Here's my translation of the message:

_Call me, you jerk!  I don't have enough money to buy a phone card!  And send me a link to view news in Hebrew!

...!  Tell him to call me to and that he's also a jerk! _

I'm not sure what "dash le ilyuha" means.

Re "jerk": The Hebrew word (actually an Arabic borrowing) is actually a lot more vulgar than "jerk," but that's more or less the connotation in this particular case.  Also, I have the feeling that using this word in this case does not actually reflect hostility or anger; it's just a way some men speak to each other (at least in Arabic and Hebrew).


----------



## Flaminius

Mishka tkasher — I am curious how these words are written in Hebrew script.  Is the latter possibly a colloquial contraction of titqasher (get in touch with someone)?


			
				Elroy said:
			
		

> I'm not sure what "dash le ilyuha" means.


It halted me a few minutes but I am guessing now it contains a typo for _Ilyahu_ (I'd think a more authentic transcription is _Eliyahu_).

Dash is a colloquial contraction for _drushat shalom_ (saying hello in one's place).


----------



## scriptum

Flaminius said:


> It halted me a few minutes but I am guessing now it contains a typo for _Ilyahu_ (I'd think a more authentic transcription is _Eliyahu_).


It's not a typo, it's Russian.
In Russian, Mishka is a familiar variant of Mihhail (=מיכאל), Il'uhha a familiar variant of Ilia (=אליהו).


----------



## cfu507

Well... this was my translation for this conversation:

Mishka tkasher elai ya manyak!!!
miska (probably a name)
*ti*tkasher (call)
elai (me)
Ya manyak (maniac, like in English)

ein li kesef liknot kartis telefon!!!
ein li (I don't have)
kesef (money)
liknot (to buy)
kartis (card)
telefone (telephone)

ve tishlah li link eih lehistakel hadashot beivrit!!!
ve (and)
tishlach (send)
li (to me)
link (probably, link)
eich (how)
lehitkasher (to look)

hadashot (news)
be (in)
ivrit (Hebrew)

dash le ilyuha!!! 
dash (best regards)
le (to)
ilyuha (probably a name, Eliyahu)

tagid lo she gam yitkasher li 
tagid (tell)
lo (him)
she (that)
gam (too)
yitkasher (to call in future tense)
li (to me)
** This boy doesn't know how to speak Hebrew well.
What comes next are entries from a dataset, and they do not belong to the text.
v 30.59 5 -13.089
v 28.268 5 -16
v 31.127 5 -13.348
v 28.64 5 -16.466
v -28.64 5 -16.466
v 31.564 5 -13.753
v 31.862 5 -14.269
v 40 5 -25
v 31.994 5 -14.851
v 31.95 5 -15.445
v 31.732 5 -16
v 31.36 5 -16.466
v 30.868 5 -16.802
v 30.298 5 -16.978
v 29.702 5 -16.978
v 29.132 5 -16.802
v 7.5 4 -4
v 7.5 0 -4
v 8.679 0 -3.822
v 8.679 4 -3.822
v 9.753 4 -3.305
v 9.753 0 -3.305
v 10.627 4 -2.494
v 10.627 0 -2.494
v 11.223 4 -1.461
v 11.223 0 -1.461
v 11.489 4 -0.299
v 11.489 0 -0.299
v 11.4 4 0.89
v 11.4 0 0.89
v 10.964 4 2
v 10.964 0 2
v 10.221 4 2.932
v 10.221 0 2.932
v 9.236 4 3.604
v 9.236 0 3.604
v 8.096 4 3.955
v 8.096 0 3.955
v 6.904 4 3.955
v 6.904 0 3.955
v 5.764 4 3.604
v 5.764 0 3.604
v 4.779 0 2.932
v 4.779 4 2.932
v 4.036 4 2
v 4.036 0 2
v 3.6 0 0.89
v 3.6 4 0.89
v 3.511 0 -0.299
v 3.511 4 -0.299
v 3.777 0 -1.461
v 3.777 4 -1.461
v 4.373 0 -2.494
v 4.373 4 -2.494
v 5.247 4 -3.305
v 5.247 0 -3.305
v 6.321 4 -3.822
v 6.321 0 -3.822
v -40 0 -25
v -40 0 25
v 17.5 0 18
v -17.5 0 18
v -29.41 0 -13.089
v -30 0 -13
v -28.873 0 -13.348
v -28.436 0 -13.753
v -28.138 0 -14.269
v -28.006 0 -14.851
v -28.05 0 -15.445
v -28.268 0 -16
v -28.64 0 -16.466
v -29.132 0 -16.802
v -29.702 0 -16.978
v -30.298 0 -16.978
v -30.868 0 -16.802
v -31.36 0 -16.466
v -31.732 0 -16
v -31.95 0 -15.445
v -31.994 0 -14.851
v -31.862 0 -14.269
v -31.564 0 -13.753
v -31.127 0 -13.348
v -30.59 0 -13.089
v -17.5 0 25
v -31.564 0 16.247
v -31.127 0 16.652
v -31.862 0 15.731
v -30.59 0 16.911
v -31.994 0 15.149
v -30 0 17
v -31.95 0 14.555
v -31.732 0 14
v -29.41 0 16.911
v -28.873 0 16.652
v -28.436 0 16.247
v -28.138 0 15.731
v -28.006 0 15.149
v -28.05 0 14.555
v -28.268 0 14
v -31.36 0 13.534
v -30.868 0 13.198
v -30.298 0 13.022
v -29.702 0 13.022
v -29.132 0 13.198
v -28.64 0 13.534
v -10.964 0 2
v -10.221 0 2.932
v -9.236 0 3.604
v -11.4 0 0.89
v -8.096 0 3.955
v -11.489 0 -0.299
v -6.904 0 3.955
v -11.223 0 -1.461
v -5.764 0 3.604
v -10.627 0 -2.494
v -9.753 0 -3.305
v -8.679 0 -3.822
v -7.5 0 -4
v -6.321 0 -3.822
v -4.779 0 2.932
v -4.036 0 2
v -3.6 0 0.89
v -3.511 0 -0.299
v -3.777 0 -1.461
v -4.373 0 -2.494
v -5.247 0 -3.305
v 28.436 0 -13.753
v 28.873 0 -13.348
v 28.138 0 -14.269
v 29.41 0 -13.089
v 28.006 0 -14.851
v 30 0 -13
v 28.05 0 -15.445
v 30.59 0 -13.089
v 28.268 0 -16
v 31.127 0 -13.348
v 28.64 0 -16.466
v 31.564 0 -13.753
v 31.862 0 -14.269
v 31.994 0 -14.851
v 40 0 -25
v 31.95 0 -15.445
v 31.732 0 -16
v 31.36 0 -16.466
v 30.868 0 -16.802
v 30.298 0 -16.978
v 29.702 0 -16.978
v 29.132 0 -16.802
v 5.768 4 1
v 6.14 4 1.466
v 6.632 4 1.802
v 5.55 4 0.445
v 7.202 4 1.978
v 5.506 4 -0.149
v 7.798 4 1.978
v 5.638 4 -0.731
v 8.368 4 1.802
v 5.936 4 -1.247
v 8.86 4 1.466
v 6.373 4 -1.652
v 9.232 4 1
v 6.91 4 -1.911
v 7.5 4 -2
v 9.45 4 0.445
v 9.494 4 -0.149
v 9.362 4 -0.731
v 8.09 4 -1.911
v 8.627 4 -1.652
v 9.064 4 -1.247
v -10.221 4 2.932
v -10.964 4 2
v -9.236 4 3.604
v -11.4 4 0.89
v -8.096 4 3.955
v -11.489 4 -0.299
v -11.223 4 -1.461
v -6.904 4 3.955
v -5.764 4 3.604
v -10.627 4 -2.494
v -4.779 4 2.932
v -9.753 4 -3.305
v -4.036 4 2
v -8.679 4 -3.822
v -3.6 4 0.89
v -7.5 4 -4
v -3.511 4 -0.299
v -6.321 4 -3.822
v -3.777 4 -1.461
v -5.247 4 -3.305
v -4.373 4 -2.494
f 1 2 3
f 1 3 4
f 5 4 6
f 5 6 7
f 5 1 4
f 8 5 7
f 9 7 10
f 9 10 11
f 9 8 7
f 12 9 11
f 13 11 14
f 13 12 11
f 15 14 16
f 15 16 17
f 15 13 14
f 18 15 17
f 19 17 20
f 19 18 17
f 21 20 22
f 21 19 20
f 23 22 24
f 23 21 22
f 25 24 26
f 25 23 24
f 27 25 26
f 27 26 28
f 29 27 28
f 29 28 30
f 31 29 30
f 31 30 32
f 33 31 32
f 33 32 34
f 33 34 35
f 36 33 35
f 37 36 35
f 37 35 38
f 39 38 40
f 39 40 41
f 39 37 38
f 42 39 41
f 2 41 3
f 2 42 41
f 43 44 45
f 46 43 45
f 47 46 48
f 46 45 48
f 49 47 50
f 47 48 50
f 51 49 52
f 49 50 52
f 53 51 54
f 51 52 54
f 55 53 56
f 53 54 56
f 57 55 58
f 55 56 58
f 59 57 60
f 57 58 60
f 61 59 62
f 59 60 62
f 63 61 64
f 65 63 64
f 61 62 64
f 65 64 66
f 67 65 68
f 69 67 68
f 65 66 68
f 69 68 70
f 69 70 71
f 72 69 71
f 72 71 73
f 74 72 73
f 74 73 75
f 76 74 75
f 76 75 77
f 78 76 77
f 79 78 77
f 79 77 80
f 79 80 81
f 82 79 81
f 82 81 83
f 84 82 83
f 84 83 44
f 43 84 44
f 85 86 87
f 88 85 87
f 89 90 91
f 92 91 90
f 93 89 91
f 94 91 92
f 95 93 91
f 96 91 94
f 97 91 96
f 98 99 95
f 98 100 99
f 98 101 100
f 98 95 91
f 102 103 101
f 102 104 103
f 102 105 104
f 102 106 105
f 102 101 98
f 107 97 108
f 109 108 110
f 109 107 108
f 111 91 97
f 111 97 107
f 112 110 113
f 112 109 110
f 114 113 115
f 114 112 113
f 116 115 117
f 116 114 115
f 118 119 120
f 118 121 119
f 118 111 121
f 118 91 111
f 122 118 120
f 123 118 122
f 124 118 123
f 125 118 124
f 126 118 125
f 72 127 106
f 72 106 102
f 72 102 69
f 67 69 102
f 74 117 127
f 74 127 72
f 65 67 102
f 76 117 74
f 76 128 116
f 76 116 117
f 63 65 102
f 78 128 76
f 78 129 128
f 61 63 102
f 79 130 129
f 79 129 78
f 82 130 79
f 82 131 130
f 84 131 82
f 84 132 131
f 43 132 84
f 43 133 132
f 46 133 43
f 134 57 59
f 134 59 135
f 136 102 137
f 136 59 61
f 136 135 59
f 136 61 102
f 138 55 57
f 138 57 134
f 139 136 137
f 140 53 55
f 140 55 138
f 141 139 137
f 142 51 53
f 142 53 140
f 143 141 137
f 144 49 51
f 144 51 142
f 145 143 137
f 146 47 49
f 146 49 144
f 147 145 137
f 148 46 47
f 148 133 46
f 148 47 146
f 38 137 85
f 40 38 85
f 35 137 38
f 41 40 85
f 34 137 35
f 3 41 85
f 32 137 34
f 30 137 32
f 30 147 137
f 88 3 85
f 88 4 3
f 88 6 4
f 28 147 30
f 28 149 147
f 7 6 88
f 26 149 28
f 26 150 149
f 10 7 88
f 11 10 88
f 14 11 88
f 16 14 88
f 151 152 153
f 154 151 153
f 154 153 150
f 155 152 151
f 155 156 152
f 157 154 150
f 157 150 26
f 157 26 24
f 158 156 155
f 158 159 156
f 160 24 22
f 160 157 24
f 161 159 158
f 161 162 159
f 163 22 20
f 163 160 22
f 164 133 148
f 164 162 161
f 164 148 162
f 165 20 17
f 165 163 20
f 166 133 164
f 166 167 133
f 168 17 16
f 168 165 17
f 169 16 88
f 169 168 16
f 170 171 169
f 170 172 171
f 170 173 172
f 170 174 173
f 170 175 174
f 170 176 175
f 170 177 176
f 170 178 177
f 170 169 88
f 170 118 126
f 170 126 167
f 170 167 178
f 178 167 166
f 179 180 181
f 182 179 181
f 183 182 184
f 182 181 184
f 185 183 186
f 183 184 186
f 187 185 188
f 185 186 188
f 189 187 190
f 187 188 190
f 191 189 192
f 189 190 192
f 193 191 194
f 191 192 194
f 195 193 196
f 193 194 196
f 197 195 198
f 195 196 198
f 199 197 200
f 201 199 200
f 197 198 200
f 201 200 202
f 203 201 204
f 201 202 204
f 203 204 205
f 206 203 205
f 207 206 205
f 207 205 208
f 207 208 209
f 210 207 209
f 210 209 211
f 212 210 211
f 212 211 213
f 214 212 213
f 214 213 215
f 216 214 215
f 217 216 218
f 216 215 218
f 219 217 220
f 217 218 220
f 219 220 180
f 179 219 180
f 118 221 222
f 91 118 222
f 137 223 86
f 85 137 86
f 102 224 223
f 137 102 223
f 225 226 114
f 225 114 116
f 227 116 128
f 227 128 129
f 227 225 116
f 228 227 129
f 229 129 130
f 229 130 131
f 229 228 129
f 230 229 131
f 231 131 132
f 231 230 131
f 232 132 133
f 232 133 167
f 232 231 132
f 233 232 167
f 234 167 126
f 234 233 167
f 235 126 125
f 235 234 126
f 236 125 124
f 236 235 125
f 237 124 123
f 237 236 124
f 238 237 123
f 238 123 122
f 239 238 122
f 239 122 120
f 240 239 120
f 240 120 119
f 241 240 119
He was supposed to say "elay" instad of "li" for "to me"
*
ve she hu gam manyak!!!

Ve (and)
she (that)
hu (he is)
gam (too) 
manyak (maniac, like in English)

I have to say that I don't like this conversation!​


----------



## elroy

"Maniac" is not a correct translation of the Hebrew/Arabic word.  In English, a maniac is someone who is mentally insane - "crazy," pretty much.  It is not a vulgar word.


----------



## Gadyc

cfu507 said:


> Where did you here it? In the US?


 
Is seems to be phonetic translation from a movie, or from a wiretapping of a phone line.
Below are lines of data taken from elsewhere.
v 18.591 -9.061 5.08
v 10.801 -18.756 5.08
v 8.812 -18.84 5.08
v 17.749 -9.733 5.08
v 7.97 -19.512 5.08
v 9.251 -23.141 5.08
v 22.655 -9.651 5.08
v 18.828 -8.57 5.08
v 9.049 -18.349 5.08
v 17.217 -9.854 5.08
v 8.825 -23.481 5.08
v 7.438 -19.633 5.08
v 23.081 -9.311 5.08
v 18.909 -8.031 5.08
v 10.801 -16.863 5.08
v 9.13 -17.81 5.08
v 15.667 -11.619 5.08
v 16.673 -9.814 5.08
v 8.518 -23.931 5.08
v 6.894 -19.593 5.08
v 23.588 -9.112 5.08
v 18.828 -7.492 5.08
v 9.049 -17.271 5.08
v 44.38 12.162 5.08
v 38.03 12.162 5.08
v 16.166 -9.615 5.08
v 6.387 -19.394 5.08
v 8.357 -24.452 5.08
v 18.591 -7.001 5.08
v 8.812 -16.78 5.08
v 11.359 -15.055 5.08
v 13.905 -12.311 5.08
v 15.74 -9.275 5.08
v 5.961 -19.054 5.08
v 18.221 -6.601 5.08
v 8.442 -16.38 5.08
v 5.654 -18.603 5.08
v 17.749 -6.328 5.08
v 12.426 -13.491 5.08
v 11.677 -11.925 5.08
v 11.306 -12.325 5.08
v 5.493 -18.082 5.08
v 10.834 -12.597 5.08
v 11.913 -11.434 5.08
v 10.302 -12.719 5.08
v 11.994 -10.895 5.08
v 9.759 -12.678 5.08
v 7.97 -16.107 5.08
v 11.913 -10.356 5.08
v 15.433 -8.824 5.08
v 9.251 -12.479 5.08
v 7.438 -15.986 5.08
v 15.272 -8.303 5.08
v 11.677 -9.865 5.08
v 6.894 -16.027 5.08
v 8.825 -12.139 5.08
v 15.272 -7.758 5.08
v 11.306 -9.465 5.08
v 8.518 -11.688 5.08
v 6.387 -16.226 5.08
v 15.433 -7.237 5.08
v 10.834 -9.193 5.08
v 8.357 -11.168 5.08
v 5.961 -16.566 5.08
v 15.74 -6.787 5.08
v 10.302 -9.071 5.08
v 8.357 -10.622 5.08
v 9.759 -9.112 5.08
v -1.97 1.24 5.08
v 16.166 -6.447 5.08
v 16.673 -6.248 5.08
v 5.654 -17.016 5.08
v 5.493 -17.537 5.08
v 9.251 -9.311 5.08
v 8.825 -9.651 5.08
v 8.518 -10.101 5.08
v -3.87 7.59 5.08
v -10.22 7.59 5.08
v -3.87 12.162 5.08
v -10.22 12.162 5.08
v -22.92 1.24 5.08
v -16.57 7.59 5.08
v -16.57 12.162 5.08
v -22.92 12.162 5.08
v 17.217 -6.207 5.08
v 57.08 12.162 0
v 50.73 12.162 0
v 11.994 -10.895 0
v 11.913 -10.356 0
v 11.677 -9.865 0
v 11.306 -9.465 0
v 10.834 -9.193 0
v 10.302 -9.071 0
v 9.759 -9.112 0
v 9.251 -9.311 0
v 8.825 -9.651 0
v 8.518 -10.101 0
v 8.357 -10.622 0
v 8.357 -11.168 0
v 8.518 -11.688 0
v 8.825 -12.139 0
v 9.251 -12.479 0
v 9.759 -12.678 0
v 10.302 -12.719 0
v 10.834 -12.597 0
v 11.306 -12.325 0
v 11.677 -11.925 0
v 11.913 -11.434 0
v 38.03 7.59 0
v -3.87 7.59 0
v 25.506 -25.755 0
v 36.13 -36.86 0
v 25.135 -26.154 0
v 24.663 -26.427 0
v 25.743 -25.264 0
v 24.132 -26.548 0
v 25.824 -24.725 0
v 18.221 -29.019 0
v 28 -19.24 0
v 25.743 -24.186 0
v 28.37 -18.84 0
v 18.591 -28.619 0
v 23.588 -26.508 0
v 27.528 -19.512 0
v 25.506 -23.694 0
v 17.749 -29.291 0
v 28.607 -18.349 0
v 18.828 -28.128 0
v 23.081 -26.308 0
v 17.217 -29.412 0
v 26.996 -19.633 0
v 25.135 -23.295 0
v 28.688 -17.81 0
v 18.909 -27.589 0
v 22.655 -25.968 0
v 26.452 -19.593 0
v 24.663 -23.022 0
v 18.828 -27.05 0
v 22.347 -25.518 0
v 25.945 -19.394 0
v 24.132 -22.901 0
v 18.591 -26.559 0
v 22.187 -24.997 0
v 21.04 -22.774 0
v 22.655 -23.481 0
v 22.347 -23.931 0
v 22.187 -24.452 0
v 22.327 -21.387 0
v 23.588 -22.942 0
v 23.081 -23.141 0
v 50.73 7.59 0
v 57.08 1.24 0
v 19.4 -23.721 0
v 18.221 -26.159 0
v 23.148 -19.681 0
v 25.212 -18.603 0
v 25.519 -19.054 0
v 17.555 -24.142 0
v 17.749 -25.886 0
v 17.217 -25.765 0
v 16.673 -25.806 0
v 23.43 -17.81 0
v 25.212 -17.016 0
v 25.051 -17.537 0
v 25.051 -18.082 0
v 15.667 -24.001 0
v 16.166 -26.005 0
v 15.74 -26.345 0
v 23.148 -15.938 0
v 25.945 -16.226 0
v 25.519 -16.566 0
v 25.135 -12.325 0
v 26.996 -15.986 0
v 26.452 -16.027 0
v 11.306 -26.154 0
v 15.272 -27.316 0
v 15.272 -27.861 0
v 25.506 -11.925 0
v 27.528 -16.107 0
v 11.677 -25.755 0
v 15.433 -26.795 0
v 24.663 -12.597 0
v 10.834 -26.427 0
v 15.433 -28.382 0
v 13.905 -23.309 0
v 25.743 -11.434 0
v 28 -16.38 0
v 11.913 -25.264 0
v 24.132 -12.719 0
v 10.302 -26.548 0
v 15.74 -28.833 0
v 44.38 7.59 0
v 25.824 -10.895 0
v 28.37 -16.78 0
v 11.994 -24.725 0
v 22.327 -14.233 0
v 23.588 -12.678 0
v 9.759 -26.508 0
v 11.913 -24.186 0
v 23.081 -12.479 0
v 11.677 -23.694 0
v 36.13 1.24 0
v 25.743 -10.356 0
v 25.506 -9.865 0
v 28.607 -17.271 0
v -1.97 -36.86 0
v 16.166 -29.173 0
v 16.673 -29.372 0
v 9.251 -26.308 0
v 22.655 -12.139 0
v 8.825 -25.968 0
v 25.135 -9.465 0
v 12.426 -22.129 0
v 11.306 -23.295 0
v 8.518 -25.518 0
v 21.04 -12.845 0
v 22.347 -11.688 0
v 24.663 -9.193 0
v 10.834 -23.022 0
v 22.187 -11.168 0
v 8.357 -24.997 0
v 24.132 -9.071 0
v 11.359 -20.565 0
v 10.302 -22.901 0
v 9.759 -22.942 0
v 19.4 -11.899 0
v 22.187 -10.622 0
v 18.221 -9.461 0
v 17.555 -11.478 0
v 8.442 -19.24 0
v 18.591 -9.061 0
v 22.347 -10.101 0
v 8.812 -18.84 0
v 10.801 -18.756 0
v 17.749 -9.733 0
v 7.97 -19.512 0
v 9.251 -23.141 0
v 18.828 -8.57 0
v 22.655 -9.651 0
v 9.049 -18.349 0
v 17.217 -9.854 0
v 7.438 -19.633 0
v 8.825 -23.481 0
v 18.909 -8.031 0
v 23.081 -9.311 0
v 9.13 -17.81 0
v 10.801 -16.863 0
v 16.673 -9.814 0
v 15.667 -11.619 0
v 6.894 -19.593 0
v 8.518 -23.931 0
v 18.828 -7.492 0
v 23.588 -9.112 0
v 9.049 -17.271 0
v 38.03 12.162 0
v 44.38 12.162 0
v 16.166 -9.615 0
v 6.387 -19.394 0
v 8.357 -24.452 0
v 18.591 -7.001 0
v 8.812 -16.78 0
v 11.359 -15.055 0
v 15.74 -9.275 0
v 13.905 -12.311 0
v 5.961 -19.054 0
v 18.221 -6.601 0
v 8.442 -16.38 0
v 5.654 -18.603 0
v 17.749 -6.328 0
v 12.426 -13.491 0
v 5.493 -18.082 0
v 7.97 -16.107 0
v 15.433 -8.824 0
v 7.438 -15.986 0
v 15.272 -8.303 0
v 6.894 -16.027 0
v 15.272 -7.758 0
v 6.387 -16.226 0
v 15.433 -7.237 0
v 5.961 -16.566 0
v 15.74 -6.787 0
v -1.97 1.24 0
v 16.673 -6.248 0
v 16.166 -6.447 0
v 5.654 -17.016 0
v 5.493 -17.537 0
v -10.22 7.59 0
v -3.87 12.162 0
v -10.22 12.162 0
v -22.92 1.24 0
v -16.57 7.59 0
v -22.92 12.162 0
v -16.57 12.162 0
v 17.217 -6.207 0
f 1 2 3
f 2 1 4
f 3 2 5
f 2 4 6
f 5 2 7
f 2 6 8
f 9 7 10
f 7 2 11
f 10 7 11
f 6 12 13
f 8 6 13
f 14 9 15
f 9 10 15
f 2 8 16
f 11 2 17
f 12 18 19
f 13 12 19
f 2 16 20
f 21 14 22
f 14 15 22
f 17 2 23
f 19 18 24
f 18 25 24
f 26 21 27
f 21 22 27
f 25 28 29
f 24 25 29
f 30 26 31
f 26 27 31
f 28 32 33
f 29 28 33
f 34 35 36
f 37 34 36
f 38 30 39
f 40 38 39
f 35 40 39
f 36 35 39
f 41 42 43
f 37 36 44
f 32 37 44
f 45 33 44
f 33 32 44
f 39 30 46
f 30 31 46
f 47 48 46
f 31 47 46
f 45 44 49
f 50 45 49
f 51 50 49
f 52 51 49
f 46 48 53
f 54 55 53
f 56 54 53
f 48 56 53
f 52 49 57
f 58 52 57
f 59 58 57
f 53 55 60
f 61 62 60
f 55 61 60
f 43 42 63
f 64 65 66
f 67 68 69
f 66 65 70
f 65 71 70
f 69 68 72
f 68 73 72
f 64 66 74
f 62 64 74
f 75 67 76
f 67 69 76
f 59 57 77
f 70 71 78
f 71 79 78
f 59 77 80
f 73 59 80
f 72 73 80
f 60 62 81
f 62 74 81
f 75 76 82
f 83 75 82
*tkekte*: did you mean you "sku4ayu" stands for "I miss you"? I don't recognize anything resembling in Hebrew.
I don't remember digits used in Hebrew instead of syllables. Missplelling? redendunt character? Lmdreamer9, can you add information?

My guess is that it is a signature, maybe a name or nickname: 
- "sha'yahu" for Yesha'yahu (Isai)? a little far from the oroigin.



> manyak (maniac, like in English)


It's more like Elroy wrote. 
The meanning (used) is more like in Arabic rather than in English. And it is really obscene. According to the context, it appears to be the worst usage of the term.


----------



## scriptum

As *tkekte* said, "sku4ayu" (skuchayu) means "I miss (you)" in Russian


----------



## amikama

*Moderator note:
The discussion about maniac vs. manyak is now in a separate thread.*


----------